Posted: Dec 01, 2020 11:50 pm
Of course, one of the reasons science is such hard work, is that the data point refuting a hypothesis may only appear after many years of diligent search, among a sea of other data points that lend support thereto. The transition from Newtonian physics to General Relativity is an educational case in point. For 250 years, scientists were presented, in their experiments, with a veritable tsunami of confirmatory data points upholding the Newtonian world view. Only when through application of that world view, they developed the technology allowing them to observe data points that did not fit the Newtonian world view, was it possible to move on to a better set of postulates.
But of course, there's another reason science is hard work. Finding the contradictory data point is merely the beginning of the hard work. Once that data point is found, the real hard work begins, of devising a hypothesis that not only encompasses the new, contradictory data point, but all of the past data points as well. Which is why Einstein's ideas prevailed, because they not only provided an explanation for the contradictory data points, but for all the other data points that appeared to support Newton's ideas as well.

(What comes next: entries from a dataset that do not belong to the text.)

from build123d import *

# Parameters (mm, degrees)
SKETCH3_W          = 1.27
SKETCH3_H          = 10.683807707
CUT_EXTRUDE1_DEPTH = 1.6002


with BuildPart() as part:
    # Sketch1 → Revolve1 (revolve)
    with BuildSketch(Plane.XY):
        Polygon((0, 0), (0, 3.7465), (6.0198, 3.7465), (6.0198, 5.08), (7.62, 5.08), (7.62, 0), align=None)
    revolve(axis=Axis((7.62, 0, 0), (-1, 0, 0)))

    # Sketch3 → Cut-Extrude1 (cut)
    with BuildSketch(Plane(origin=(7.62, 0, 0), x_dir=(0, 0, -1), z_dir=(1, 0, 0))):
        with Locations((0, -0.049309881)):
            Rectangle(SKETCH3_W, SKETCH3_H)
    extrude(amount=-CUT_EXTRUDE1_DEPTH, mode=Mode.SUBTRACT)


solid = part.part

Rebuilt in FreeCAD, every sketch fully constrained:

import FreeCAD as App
import Part
import Sketcher

V = App.Vector
Q = App.Units.Quantity


def add_polygon(sketch, points):
    """Adds a closed chain of lines whose ends are joined by coincident constraints."""
    first, n = sketch.GeometryCount, len(points)
    for a, b in zip(points, points[1:] + points[:1]):
        sketch.addGeometry(Part.LineSegment(App.Vector(*a, 0), App.Vector(*b, 0)), False)
    for i in range(n):
        sketch.addConstraint(Sketcher.Constraint("Coincident", first + i, 2, first + (i + 1) % n, 1))

doc = App.newDocument("Part")
body = doc.addObject("PartDesign::Body", "Body")

# Sketch on XY plane
sketch1 = body.newObject("Sketcher::SketchObject", "Sketch")
sketch1.AttachmentSupport = (doc.getObject("XY_Plane"), [""])
sketch1.MapMode = "FlatFace"
add_polygon(sketch1, [(0, 3.7), (0, 0), (7.6, 0), (7.6, 5.1), (6, 5.1), (6, 3.7)])  # lines 0-5
sketch1.addConstraint([
    Sketcher.Constraint("Vertical", 0),
    Sketcher.Constraint("Horizontal", 1),
    Sketcher.Constraint("Vertical", 2),
    Sketcher.Constraint("Horizontal", 3),
    Sketcher.Constraint("Vertical", 4),
    Sketcher.Constraint("Horizontal", 5),
    Sketcher.Constraint("Coincident", 0, 2, -1, 1),
    Sketcher.Constraint("DistanceX", 1, 1, 1, 2, Q("0.3 in")),
    Sketcher.Constraint("DistanceY", 2, 1, 2, 2, Q("0.2 in")),
    Sketcher.Constraint("DistanceX", 3, 2, 3, 1, Q("0.063 in")),
    Sketcher.Constraint("DistanceY", 0, 2, 0, 1, Q("0.1475 in")),
])
revolution = body.newObject("PartDesign::Revolution", "Revolution")
revolution.Profile = sketch1
revolution.ReferenceAxis = (sketch1, ["H_Axis"])
revolution.Angle = 360

# Sketch on YZ plane
sketch2 = body.newObject("Sketcher::SketchObject", "Sketch001")
sketch2.AttachmentSupport = (doc.getObject("YZ_Plane"), [""])
sketch2.MapMode = "FlatFace"
sketch2.AttachmentOffset = App.Placement(V(0, 0, 0.3 * 25.4), App.Rotation())
add_polygon(sketch2, [(5.3, 0.6), (-5.4, 0.6), (-5.4, -0.6), (5.3, -0.6)])  # lines 0-3
sketch2.addConstraint([
    Sketcher.Constraint("Horizontal", 0),
    Sketcher.Constraint("Vertical", 1),
    Sketcher.Constraint("Horizontal", 2),
    Sketcher.Constraint("Vertical", 3),
    Sketcher.Constraint("DistanceY", 1, 2, 1, 1, Q("0.05 in")),
    Sketcher.Constraint("DistanceY", -1, 1, 0, 2, Q("0.025 in")),
    Sketcher.Constraint("DistanceX", 0, 2, 0, 1, Q("10.683808 mm")),
    Sketcher.Constraint("DistanceX", 0, 2, -1, 1, Q("5.391214 mm")),
])
pocket1 = body.newObject("PartDesign::Pocket", "Pocket")
pocket1.Profile = sketch2
pocket1.Length = Q("0.063 in")

doc.recompute()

In addition, Einstein's ideas provided an explanation for why those other data points appeared to support Newton's ideas so well - namely, that Newton's ideas are a very good approximation to General Relativity in the cases of low velocities and weak gravity fields, within which the error is too small to be measurable by the means available to late 19th century physicists. That error only starts appearing when you have the means to measure quantities to 15 decimal places - indeed, doing so is expensive and difficult even today. For example, measuring time dilation at everyday velocities requires atomic clocks with £10 million or more price tags attached, and intricate experimental logistics. Logistics that in some cases involves large aircraft with in-flight refuelling, and the attendant expense.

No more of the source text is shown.